Делакруа | страница 37
Эжен втиснул в такую каморку холст — три метра в длину, два в высоту — и принялся за работу в уже свойственном тогда ему лихорадочном темпе, не позволяя себе ни на минуту остыть.
На полу он расстелил листы бумаги, на которых рисовал углем. Ему случалось ступать по этим листам. Для натурщиков он соорудил довольно жалкое ложе, накрыв его несколькими, некогда яркими тряпками, которые взял напрокат.
У него было два ежедневных маршрута: из дому, с улицы де ля Планш, в ателье и отсюда в Лувр. Он бежал по парижским улицам, раскрыв рот как утенок, этот наследник Рубенса, он торопился глотнуть свежего воздуха, пока работа не загоняла его опять в мастерскую, к кислому чаду натопленной печки, к запаху разогретых кистей — к картине.
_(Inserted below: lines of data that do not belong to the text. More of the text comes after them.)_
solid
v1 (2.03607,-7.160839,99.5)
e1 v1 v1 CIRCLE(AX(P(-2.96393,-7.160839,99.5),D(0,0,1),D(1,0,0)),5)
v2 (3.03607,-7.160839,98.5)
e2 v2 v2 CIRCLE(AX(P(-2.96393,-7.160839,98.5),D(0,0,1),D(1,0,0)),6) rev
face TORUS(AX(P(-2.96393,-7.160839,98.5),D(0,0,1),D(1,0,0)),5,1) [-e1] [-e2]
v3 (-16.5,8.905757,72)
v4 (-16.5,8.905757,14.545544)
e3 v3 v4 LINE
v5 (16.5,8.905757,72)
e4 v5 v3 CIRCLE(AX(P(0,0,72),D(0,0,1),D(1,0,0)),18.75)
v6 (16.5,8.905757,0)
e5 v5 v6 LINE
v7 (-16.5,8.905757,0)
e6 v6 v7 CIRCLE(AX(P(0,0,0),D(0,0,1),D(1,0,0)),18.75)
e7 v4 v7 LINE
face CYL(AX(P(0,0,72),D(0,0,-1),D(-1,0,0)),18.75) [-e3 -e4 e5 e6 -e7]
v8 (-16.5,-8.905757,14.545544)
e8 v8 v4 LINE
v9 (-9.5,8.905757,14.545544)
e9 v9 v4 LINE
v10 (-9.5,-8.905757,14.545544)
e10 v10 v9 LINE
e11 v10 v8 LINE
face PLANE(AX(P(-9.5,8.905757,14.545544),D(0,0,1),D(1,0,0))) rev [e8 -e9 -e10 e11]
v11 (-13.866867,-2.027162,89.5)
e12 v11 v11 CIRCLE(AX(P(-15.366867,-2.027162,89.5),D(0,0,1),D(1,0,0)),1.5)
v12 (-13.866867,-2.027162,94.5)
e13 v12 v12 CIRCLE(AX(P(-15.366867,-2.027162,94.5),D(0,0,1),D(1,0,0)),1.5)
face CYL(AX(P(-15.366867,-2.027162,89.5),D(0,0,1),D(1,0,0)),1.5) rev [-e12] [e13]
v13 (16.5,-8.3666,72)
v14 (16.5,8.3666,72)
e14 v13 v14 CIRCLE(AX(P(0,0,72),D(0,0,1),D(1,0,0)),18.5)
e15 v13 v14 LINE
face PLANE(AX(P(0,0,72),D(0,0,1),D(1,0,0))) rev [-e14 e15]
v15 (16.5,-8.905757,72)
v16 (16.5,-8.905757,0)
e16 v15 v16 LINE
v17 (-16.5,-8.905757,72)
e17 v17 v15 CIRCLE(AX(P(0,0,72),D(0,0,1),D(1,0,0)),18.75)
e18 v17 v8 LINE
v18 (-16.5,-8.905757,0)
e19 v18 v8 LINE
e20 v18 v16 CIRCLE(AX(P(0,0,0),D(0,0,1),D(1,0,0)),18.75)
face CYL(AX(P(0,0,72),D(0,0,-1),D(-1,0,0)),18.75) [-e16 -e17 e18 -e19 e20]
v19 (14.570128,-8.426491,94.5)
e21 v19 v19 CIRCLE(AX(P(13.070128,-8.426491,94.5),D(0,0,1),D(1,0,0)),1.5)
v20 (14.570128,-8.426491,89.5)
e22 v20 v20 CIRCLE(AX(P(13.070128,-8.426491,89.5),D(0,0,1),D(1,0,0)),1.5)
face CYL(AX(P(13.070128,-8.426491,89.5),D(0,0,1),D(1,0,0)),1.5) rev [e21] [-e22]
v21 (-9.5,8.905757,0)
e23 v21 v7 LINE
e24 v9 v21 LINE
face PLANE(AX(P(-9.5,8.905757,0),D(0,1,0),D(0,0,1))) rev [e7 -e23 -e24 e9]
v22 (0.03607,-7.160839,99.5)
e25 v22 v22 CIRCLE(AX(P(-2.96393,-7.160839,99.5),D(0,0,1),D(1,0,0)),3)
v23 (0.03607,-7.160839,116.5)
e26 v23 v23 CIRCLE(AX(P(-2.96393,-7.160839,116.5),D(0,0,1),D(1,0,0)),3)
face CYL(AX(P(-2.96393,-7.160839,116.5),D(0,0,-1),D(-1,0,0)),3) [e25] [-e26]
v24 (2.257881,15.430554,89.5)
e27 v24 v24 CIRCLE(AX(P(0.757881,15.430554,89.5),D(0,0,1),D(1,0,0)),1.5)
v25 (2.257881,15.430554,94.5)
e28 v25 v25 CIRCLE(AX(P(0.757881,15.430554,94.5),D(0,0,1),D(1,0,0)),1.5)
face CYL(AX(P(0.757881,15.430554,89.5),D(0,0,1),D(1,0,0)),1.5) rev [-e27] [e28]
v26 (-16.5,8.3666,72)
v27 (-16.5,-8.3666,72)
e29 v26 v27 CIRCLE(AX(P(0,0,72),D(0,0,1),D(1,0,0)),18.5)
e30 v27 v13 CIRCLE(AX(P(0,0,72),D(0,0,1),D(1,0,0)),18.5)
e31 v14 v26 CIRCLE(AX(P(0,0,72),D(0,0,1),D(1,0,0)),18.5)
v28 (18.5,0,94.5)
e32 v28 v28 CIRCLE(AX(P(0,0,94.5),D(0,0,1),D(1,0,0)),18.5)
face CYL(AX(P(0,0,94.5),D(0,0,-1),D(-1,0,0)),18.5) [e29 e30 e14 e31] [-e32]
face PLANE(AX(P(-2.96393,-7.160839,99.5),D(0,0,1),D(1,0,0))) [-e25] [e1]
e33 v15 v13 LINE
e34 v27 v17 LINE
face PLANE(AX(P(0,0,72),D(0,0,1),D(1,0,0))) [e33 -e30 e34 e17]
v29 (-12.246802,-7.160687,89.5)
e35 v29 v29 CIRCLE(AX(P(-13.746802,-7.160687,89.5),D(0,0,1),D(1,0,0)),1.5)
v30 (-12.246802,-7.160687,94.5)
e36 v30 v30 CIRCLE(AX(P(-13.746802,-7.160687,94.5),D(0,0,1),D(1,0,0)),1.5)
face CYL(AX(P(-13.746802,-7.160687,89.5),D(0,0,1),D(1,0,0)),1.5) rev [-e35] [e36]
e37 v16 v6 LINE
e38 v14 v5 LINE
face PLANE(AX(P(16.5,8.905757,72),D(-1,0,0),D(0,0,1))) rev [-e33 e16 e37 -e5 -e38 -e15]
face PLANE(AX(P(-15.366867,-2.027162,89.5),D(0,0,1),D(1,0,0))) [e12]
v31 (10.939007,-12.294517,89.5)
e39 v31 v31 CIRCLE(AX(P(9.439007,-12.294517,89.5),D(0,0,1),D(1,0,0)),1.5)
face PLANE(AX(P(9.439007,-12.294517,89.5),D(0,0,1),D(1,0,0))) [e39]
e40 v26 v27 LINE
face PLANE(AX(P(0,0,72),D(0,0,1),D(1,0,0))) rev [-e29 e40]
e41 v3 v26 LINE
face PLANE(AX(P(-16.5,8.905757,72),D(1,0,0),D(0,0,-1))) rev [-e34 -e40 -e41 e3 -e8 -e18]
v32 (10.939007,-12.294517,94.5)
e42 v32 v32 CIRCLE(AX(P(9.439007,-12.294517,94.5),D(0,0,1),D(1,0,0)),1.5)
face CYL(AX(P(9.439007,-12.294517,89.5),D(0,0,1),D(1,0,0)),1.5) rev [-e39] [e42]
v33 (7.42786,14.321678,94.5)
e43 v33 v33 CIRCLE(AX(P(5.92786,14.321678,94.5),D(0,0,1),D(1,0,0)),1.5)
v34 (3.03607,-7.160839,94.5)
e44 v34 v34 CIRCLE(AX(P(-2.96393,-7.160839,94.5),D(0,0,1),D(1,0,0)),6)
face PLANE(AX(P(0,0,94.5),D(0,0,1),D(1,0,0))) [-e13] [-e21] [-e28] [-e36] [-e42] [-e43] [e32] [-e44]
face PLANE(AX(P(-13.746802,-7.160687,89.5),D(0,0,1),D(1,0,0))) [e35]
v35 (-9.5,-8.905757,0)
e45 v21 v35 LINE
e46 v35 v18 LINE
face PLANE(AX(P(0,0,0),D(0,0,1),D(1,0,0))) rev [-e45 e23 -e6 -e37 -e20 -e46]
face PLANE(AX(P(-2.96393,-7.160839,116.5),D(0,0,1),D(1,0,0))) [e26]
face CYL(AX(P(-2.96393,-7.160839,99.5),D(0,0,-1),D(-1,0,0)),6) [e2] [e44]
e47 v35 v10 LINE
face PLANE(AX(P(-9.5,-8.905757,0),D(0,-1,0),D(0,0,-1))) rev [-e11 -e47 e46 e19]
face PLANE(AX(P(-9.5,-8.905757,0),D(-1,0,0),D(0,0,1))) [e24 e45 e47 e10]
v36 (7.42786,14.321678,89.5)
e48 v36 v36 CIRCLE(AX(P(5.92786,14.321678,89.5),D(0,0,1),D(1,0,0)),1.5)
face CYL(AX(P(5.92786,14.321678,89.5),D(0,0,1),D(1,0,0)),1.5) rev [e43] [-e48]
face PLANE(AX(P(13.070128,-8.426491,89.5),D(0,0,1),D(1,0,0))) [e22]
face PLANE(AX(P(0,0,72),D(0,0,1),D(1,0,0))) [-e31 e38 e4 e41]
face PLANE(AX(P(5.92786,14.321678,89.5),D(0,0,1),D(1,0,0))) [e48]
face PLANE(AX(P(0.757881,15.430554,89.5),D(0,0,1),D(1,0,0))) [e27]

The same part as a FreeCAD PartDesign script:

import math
import FreeCAD as App
import Part
import Sketcher

V = App.Vector


def edges_at(feature, points):
    """Names of the edges that pass closest to the given points."""
    edges = feature.Shape.Edges
    near = lambda p: min(range(len(edges)), key=lambda i: edges[i].distToShape(Part.Vertex(*p))[0])
    return sorted({f"Edge{near(p) + 1}" for p in points})

doc = App.newDocument("Part")
params = doc.addObject("Spreadsheet::Sheet", "Params")
for row, (alias, value) in enumerate([
    ("sketch1_radius", "18.75 mm"),
    ("pad1_length", "72 mm"),
    ("sketch2_diameter", "37 mm"),
    ("pad2_length", "22.5 mm"),
    ("sketch3_diameter", "3 mm"),
    ("sketch3_diameter2", "12 mm"),
    ("pocket1_length", "5 mm"),
    ("sketch4_diameter", "12 mm"),
    ("pad3_length", "10 mm"),
    ("fillet_radius", "1 mm"),
    ("sketch5_diameter", "6 mm"),
    ("pad4_length", "17 mm"),
    ("pocket2_length", "7 mm"),
], start=1):
    params.set(f"A{row}", alias)
    params.set(f"B{row}", "=" + value)
    params.setAlias(f"B{row}", alias)

body = doc.addObject("PartDesign::Body", "Body")

# Sketch on XY plane
sketch1 = doc.addObject("Sketcher::SketchObject", "Sketch")
body.addObject(sketch1)
sketch1.AttachmentSupport = (doc.XY_Plane, [""])
sketch1.MapMode = "FlatFace"
sketch1.addGeometry([
    Part.LineSegment(V(-16.5, 8.905757, 0), V(-16.5, -8.905757, 0)),
    Part.ArcOfCircle(Part.Circle(V(0, 0, 0), V(0, 0, 1), 18.75), math.radians(-151.642363), math.radians(-28.357637)),
    Part.LineSegment(V(16.5, -8.905757, 0), V(16.5, 8.905757, 0)),
    Part.ArcOfCircle(Part.Circle(V(0, 0, 0), V(0, 0, 1), 18.75), math.radians(28.357637), math.radians(151.642363)),
], False)
sketch1.addConstraint([
    Sketcher.Constraint("Coincident", 0, 2, 1, 1),
    Sketcher.Constraint("Coincident", 1, 2, 2, 1),
    Sketcher.Constraint("Coincident", 2, 2, 3, 1),
    Sketcher.Constraint("Coincident", 3, 2, 0, 1),
    Sketcher.Constraint("Vertical", 0),
    Sketcher.Constraint("Vertical", 2),
    Sketcher.Constraint("Coincident", 1, 3, -1, 1),
    Sketcher.Constraint("Coincident", 3, 3, -1, 1),
    Sketcher.Constraint("Equal", 1, 3),
    Sketcher.Constraint("Horizontal", 0, 2, 1, 2),
    Sketcher.Constraint("Radius", 1, 18.75),
    Sketcher.Constraint("DistanceX", 0, 2, 1, 2, 33.0),
])
sketch1.setExpression("Constraints[10]", "Params.sketch1_radius")
pad1 = doc.addObject("PartDesign::Pad", "Pad")
body.addObject(pad1)
pad1.Profile = sketch1
pad1.setExpression("Length", "Params.pad1_length")

# Sketch on XY plane
sketch2 = doc.addObject("Sketcher::SketchObject", "Sketch001")
body.addObject(sketch2)
sketch2.AttachmentSupport = (doc.XY_Plane, [""])
sketch2.MapMode = "FlatFace"
sketch2.AttachmentOffset = App.Placement(V(0, 0, 72), App.Rotation())
sketch2.addGeometry(Part.Circle(V(0, 0, 0), V(0, 0, 1), 18.5), False)
sketch2.addConstraint([
    Sketcher.Constraint("Coincident", 0, 3, -1, 1),
    Sketcher.Constraint("Diameter", 0, 37.0),
])
sketch2.setExpression("Constraints[1]", "Params.sketch2_diameter")
pad2 = doc.addObject("PartDesign::Pad", "Pad001")
body.addObject(pad2)
pad2.Profile = sketch2
pad2.setExpression("Length", "Params.pad2_length")

# Sketch on XY plane
sketch3 = doc.addObject("Sketcher::SketchObject", "Sketch002")
body.addObject(sketch3)
sketch3.AttachmentSupport = (doc.XY_Plane, [""])
sketch3.MapMode = "FlatFace"
sketch3.AttachmentOffset = App.Placement(V(0, 0, 94.5), App.Rotation())
sketch3.addGeometry([
    Part.Circle(V(-13.746802, -7.160687, 0), V(0, 0, 1), 1.5),  # 0
    Part.Circle(V(0.757881, 15.430554, 0), V(0, 0, 1), 1.5),  # 1
    Part.Circle(V(13.070128, -8.426491, 0), V(0, 0, 1), 1.5),  # 2
    Part.Circle(V(-15.366867, -2.027162, 0), V(0, 0, 1), 1.5),  # 3
    Part.Circle(V(5.92786, 14.321678, 0), V(0, 0, 1), 1.5),  # 4
    Part.Circle(V(9.439007, -12.294517, 0), V(0, 0, 1), 1.5),  # 5
    Part.Circle(V(-2.96393, -7.160839, 0), V(0, 0, 1), 6),  # 6
], False)
sketch3.addConstraint([
    Sketcher.Constraint("Equal", 0, 1),
    Sketcher.Constraint("Equal", 1, 2),
    Sketcher.Constraint("Equal", 2, 3),
    Sketcher.Constraint("Equal", 3, 4),
    Sketcher.Constraint("Equal", 4, 5),
    Sketcher.Constraint("Diameter", 0, 3.0),
    Sketcher.Constraint("Diameter", 6, 12.0),
    Sketcher.Constraint("DistanceX", 0, 3, -1, 1, 13.746802),
    Sketcher.Constraint("DistanceX", -1, 1, 1, 3, 0.757881),
    Sketcher.Constraint("DistanceX", -1, 1, 2, 3, 13.070128),
    Sketcher.Constraint("DistanceY", 2, 3, -1, 1, 8.426491),
    Sketcher.Constraint("DistanceY", 3, 3, -1, 1, 2.027162),
    Sketcher.Constraint("DistanceX", -1, 1, 4, 3, 5.92786),
    Sketcher.Constraint("DistanceY", -1, 1, 4, 3, 14.321678),
    Sketcher.Constraint("DistanceX", 6, 3, -1, 1, 2.96393),
    Sketcher.Constraint("DistanceY", 6, 3, -1, 1, 7.160839),
    Sketcher.Constraint("DistanceY", 0, 3, 1, 3, 22.591241),
    Sketcher.Constraint("DistanceX", 3, 3, 1, 3, 16.124749),
    Sketcher.Constraint("DistanceX", 5, 3, 2, 3, 3.631121),
    Sketcher.Constraint("DistanceY", 5, 3, 0, 3, 5.13383),
    Sketcher.Constraint("DistanceY", 0, 3, -1, 1, 7.160687),
])
sketch3.setExpression("Constraints[5]", "Params.sketch3_diameter")
sketch3.setExpression("Constraints[6]", "Params.sketch3_diameter2")
pocket1 = doc.addObject("PartDesign::Pocket", "Pocket")
body.addObject(pocket1)
pocket1.Profile = sketch3
pocket1.setExpression("Length", "Params.pocket1_length")

# Sketch on XY plane
sketch4 = doc.addObject("Sketcher::SketchObject", "Sketch003")
body.addObject(sketch4)
sketch4.AttachmentSupport = (doc.XY_Plane, [""])
sketch4.MapMode = "FlatFace"
sketch4.AttachmentOffset = App.Placement(V(0, 0, 99.5), App.Rotation())
sketch4.addGeometry(Part.Circle(V(-2.96393, -7.160839, 0), V(0, 0, 1), 6), False)
sketch4.addConstraint([
    Sketcher.Constraint("Diameter", 0, 12.0),
    Sketcher.Constraint("DistanceX", 0, 3, -1, 1, 2.96393),
    Sketcher.Constraint("DistanceY", 0, 3, -1, 1, 7.160839),
])
sketch4.setExpression("Constraints[0]", "Params.sketch4_diameter")
pad3 = doc.addObject("PartDesign::Pad", "Pad002")
body.addObject(pad3)
pad3.Profile = sketch4
pad3.setExpression("Length", "Params.pad3_length")
pad3.Reversed = True
doc.recompute()

fillet = doc.addObject("PartDesign::Fillet", "Fillet")
body.addObject(fillet)
fillet.Base = (pad3, edges_at(pad3, [(-8.964, -7.161, 99.5)]))
fillet.setExpression("Radius", "Params.fillet_radius")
Она возникала на холсте достаточно быстро: он торопился. Он писал с такой дерзостью, которая г-ну Герену, если бы тот увидел его за работой, показалась бы настоящим кощунством. Эжен уразумел одну необычайную вещь, которую г-н Герен счел бы чистейшей выдумкой: все написанное за один присест было значительно лучше, чем то, к чему возвращаешься несколько раз. Этот процесс нельзя было расчленить, чтобы начать с половины, как нельзя расчленить прыжок: его надо было начинать заново. Поэтому Эжен неудавшиеся куски не исправлял, а соскребал шпателем, чтобы написать заново. Он писал очень быстро, и чем быстрее, тем собственная живопись казалась ему удачней: мощный прыжок требует стремительного разбега. Медлить нельзя.
Как-то к нему в мастерскую наведался Орас Верне, молодой, но уже весьма процветающий живописец. У Верне была своя мастерская на набережной Вольтера — хорошая, просторная мастерская. Он был богат, что не мешало ему быть добродушным,
«Картину надо успеть написать, пока она в твоей власти», — сказал он Эжену. Это были золотые слова.
То, что возникало на холсте у Эжена, возможно, не вызвало бы негодования Рубенса, но с точки зрения «классиков» было просто мазней. Эти размашистые, резкие жесты, эта адская страсть, выплеснутая на холст с такой торопливостью, эти мазки, в которых не было ничего от эмалевой тщательности, считавшейся необходимой каждому мастеру: если подойти поближе, то мазки этого юного невежи оказывались положенными на холст отдельно, как перья в хвосте петуха.
Каким образом это случилось, когда он успел стать самим собой? Но был ли он когда-либо кем-то другим? Когда он начинал только учиться, не прорывалась ли в нем эта сила, этот порыв?